◆ Task prompt
After reading the entries below, report how many lines have the string "Locations" in them, giving the number alone.

◆ Stored data

= Beginning of Section =

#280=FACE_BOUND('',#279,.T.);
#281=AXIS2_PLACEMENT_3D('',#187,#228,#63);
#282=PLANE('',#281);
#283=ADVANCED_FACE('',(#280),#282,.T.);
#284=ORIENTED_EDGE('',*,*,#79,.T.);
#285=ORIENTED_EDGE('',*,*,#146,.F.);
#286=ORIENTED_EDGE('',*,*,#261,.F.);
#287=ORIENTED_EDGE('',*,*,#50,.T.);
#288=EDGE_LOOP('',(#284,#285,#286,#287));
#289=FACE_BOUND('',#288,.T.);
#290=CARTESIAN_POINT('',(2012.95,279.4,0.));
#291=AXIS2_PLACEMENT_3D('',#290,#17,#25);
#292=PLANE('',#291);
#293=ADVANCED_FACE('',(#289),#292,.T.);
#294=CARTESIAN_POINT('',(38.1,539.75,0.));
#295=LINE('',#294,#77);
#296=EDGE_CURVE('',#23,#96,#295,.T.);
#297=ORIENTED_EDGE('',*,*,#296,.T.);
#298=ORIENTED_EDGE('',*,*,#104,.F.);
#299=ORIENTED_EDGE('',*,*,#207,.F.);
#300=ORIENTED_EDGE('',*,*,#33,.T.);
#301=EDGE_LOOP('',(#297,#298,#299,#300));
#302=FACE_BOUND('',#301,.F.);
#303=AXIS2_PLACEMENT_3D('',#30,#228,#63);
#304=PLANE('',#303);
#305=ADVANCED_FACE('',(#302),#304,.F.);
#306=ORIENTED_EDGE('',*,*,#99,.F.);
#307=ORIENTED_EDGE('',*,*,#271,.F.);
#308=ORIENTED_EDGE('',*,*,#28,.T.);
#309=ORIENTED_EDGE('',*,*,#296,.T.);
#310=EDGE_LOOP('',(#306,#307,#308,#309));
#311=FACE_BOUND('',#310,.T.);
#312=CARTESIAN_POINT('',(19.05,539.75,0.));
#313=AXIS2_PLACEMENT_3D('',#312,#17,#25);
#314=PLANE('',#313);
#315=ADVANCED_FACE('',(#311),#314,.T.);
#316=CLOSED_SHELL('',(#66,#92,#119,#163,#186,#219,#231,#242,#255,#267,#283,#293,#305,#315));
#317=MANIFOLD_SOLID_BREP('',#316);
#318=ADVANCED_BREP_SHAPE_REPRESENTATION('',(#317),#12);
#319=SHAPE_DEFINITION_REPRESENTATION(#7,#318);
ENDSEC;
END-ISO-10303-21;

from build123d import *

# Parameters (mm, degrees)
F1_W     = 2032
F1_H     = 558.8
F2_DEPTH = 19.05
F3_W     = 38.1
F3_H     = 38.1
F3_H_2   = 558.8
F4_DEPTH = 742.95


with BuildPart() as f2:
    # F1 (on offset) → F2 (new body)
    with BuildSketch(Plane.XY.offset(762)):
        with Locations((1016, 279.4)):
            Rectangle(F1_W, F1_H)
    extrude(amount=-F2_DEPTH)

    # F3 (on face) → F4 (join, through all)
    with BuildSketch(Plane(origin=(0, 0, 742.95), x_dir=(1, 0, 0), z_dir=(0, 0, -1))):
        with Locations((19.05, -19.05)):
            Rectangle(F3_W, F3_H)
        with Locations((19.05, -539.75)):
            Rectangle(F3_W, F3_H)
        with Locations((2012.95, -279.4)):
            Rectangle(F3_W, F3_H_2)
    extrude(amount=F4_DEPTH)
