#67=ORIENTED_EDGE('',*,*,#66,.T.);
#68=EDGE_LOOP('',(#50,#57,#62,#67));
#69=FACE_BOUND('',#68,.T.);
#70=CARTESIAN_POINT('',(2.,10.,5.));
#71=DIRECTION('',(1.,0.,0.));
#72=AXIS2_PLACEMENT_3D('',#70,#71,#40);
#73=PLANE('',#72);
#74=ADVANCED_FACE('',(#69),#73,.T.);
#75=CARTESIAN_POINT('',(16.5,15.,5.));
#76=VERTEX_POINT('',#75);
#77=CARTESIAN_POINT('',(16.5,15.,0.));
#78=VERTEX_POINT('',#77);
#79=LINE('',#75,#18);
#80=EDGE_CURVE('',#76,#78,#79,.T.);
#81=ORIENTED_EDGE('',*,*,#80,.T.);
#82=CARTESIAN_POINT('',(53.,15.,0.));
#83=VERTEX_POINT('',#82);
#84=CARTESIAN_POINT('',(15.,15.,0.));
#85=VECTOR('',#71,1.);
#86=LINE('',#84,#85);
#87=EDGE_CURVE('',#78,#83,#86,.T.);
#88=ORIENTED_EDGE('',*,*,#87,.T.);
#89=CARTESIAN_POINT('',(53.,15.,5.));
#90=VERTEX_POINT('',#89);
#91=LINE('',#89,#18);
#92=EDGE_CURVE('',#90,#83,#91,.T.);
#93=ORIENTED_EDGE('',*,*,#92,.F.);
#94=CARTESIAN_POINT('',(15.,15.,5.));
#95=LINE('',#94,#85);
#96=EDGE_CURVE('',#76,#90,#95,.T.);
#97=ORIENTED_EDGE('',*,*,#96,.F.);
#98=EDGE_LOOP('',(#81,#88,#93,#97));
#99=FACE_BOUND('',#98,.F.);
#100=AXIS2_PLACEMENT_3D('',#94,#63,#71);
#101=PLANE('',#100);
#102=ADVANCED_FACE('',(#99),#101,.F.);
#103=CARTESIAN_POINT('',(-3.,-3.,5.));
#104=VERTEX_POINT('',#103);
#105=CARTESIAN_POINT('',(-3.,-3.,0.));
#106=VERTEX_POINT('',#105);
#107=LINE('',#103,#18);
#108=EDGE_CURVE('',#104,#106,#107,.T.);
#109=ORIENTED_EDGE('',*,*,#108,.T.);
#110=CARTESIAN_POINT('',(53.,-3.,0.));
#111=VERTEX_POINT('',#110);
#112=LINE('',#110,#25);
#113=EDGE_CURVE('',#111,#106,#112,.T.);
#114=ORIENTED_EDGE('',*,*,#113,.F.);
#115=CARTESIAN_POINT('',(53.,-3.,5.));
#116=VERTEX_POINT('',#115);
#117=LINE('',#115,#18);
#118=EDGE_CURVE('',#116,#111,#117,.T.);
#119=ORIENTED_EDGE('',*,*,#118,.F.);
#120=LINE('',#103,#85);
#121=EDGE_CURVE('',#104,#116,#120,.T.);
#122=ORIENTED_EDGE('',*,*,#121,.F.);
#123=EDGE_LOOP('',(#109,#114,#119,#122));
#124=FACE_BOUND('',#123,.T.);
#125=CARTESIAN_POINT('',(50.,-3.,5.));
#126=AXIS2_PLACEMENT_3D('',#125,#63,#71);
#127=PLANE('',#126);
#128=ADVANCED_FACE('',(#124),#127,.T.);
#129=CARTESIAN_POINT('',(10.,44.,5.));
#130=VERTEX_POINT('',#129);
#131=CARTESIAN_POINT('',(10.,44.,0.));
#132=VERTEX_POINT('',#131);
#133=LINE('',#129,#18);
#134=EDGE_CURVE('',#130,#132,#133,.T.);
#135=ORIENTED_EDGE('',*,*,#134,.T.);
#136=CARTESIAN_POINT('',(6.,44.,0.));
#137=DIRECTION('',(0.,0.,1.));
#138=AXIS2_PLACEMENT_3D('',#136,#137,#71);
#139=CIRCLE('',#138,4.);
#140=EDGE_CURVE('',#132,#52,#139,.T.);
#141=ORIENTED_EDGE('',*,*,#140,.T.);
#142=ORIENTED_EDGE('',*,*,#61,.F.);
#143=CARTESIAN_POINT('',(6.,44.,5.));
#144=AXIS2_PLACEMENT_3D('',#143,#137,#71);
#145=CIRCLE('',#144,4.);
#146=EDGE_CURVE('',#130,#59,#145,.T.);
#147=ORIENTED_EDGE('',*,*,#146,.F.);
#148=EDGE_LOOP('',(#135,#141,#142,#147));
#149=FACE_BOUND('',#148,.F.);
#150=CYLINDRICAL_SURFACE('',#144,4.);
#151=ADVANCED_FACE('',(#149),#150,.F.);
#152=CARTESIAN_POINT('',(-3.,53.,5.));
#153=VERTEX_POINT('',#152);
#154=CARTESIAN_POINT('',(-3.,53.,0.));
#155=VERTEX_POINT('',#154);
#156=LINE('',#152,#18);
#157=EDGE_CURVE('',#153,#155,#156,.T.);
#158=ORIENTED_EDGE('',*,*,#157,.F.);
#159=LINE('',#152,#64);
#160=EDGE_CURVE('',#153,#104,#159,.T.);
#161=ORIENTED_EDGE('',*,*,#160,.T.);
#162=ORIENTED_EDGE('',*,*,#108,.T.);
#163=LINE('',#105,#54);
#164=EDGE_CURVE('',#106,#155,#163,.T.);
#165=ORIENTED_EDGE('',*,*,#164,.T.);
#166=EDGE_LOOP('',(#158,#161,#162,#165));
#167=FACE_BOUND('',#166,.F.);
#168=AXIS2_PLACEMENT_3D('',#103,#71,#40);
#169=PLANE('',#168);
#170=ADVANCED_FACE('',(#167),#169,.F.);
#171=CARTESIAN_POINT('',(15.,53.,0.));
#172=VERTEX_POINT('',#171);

= End of Section =

◆ Reply
4